>>>>
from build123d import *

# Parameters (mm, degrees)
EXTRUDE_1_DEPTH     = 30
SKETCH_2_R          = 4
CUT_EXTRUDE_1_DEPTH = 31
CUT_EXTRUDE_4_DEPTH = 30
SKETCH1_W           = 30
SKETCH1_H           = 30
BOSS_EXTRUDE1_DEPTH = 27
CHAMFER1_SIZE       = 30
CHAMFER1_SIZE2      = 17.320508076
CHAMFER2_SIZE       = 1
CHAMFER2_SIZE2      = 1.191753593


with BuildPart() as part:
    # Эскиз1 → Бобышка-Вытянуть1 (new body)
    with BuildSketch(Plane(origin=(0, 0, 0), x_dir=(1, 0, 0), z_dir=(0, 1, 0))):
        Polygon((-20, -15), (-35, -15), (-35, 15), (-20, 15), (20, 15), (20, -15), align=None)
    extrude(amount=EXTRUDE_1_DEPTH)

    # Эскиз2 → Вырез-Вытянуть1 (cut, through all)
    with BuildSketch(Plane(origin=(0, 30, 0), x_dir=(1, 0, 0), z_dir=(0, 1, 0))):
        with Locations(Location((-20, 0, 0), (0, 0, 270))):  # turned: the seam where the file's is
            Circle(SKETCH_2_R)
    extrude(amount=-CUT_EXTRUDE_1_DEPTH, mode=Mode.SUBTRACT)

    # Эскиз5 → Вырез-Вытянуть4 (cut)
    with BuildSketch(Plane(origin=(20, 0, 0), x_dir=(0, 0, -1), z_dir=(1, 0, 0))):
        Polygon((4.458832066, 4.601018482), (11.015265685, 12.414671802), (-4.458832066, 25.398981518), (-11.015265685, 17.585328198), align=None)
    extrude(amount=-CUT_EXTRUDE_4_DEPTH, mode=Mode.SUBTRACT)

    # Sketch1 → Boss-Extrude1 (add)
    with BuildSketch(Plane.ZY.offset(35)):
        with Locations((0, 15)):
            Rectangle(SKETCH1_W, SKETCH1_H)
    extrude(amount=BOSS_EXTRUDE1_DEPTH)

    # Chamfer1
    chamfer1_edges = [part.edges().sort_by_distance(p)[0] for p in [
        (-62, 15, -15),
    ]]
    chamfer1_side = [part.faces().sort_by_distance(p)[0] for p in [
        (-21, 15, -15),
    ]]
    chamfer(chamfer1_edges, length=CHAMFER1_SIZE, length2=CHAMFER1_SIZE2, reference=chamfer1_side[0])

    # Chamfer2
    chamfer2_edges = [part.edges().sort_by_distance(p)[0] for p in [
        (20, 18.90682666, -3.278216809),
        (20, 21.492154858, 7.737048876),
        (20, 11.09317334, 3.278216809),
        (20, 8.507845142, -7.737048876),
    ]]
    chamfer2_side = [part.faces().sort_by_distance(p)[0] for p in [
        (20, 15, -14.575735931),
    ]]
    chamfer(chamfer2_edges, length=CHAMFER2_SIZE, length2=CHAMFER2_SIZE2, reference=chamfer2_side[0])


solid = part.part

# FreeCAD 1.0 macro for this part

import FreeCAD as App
import Part
import Sketcher

V = App.Vector
Q = App.Units.Quantity


def edges_at(feature, points):
    """Names of the edges that pass closest to the given points."""
    edges = feature.Shape.Edges
    near = lambda p: min(range(len(edges)), key=lambda i: edges[i].distToShape(Part.Vertex(*p))[0])
    return sorted({f"Edge{near(p) + 1}" for p in points})


def add_polygon(sketch, points):
    """Adds a closed chain of lines whose ends are joined by coincident constraints."""
    first, n = sketch.GeometryCount, len(points)
    for a, b in zip(points, points[1:] + points[:1]):
        sketch.addGeometry(Part.LineSegment(App.Vector(*a, 0), App.Vector(*b, 0)), False)
    for i in range(n):
        sketch.addConstraint(Sketcher.Constraint("Coincident", first + i, 2, first + (i + 1) % n, 1))

doc = App.newDocument("Part")
body = doc.addObject("PartDesign::Body", "Body")

sketch1 = body.newObject("Sketcher::SketchObject", "Sketch")
sketch1.AttachmentSupport = (doc.getObject("XZ_Plane"), [""])
sketch1.MapMode = "FlatFace"
add_polygon(sketch1, [(-35, 15), (20, 15), (20, -15), (-35, -15)])
sketch1.addConstraint([
    Sketcher.Constraint("Horizontal", 0),
    Sketcher.Constraint("Vertical", 1),
    Sketcher.Constraint("Horizontal", 2),
    Sketcher.Constraint("Vertical", 3),
    Sketcher.Constraint("DistanceX", 0, 1, 0, 2, 55.0),
    Sketcher.Constraint("DistanceY", 1, 2, 1, 1, 30.0),
    Sketcher.Constraint("DistanceX", -1, 1, 0, 2, 20.0),
    Sketcher.Constraint("DistanceY", -1, 1, 0, 2, 15.0),
])
pad1 = body.newObject("PartDesign::Pad", "Pad")
pad1.Profile = sketch1
pad1.Length = 30
pad1.Reversed = True

sketch2 = body.newObject("Sketcher::SketchObject", "Sketch001")
sketch2.AttachmentSupport = (doc.getObject("XZ_Plane"), [""])
sketch2.MapMode = "FlatFace"
sketch2.AttachmentOffset = App.Placement(V(0, 0, -30), App.Rotation())
sketch2.addGeometry(Part.Circle(V(-20, 0, 0), V(0, 0, 1), 4), False)
sketch2.addConstraint([
    Sketcher.Constraint("PointOnObject", 0, 3, -1),
    Sketcher.Constraint("Diameter", 0, 8.0),
    Sketcher.Constraint("DistanceX", 0, 3, -1, 1, 20.0),
])
pocket1 = body.newObject("PartDesign::Pocket", "Pocket")
pocket1.Profile = sketch2
pocket1.Type = "ThroughAll"
pocket1.Reversed = True

sketch3 = body.newObject("Sketcher::SketchObject", "Sketch002")
sketch3.AttachmentSupport = (doc.getObject("YZ_Plane"), [""])
sketch3.MapMode = "FlatFace"
sketch3.AttachmentOffset = App.Placement(V(0, 0, 20), App.Rotation())
add_polygon(sketch3, [(4.601018, -4.458832), (12.414672, -11.015266), (25.398982, 4.458832), (17.585328, 11.015266)])
sketch3.addConstraint([
    Sketcher.Constraint("Perpendicular", 0, 1),
    Sketcher.Constraint("Perpendicular", 1, 2),
    Sketcher.Constraint("Perpendicular", 2, 3),
    Sketcher.Constraint("Angle", 0, Q("-40 deg")),
    Sketcher.Constraint("Distance", 0, 10.2),
    Sketcher.Constraint("Distance", 1, 20.2),
    Sketcher.Constraint("DistanceX", -1, 1, 0, 2, 12.414672),
    Sketcher.Constraint("DistanceY", 0, 2, -1, 1, 11.015266),
])
pocket2 = body.newObject("PartDesign::Pocket", "Pocket001")
pocket2.Profile = sketch3
pocket2.Length = 30

sketch4 = body.newObject("Sketcher::SketchObject", "Sketch003")
sketch4.AttachmentSupport = (doc.getObject("YZ_Plane"), [""])
sketch4.MapMode = "FlatFace"
sketch4.AttachmentOffset = App.Placement(V(0, 0, -35), App.Rotation())
add_polygon(sketch4, [(30, -15), (0, -15), (0, 15), (30, 15)])
sketch4.addConstraint([
    Sketcher.Constraint("Horizontal", 0),
    Sketcher.Constraint("Vertical", 1),
    Sketcher.Constraint("Horizontal", 2),
    Sketcher.Constraint("Vertical", 3),
    Sketcher.Constraint("Symmetric", 0, 2, 1, 2, -1, 1),
    Sketcher.Constraint("Equal", 2, 1),
    Sketcher.Constraint("DistanceX", 0, 2, 0, 1, 30.0),
])
pad2 = body.newObject("PartDesign::Pad", "Pad001")
pad2.Profile = sketch4
pad2.Length = 27
pad2.Reversed = True
doc.recompute()

chamfer = body.newObject("PartDesign::Chamfer", "Chamfer")
chamfer.Base = (pad2, edges_at(pad2, [(-62, 15, -15)]))
chamfer.ChamferType = "Two distances"
chamfer.Size = 30
chamfer.Size2 = 17.320508
chamfer.FlipDirection = True
doc.recompute()

chamfer2 = body.newObject("PartDesign::Chamfer", "Chamfer001")
chamfer2.Base = (chamfer, edges_at(chamfer, [
    (20, 18.907, -3.278),
    (20, 21.492, 7.737),
    (20, 11.093, 3.278),
    (20, 8.508, -7.737),
]))
chamfer2.ChamferType = "Two distances"
chamfer2.Size = 1
chamfer2.Size2 = 1.191754

doc.recompute()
<<<<
[Problem to solve]
Provide the number of lines in the data above that contain the string "faces", and nothing else.

[Output]
2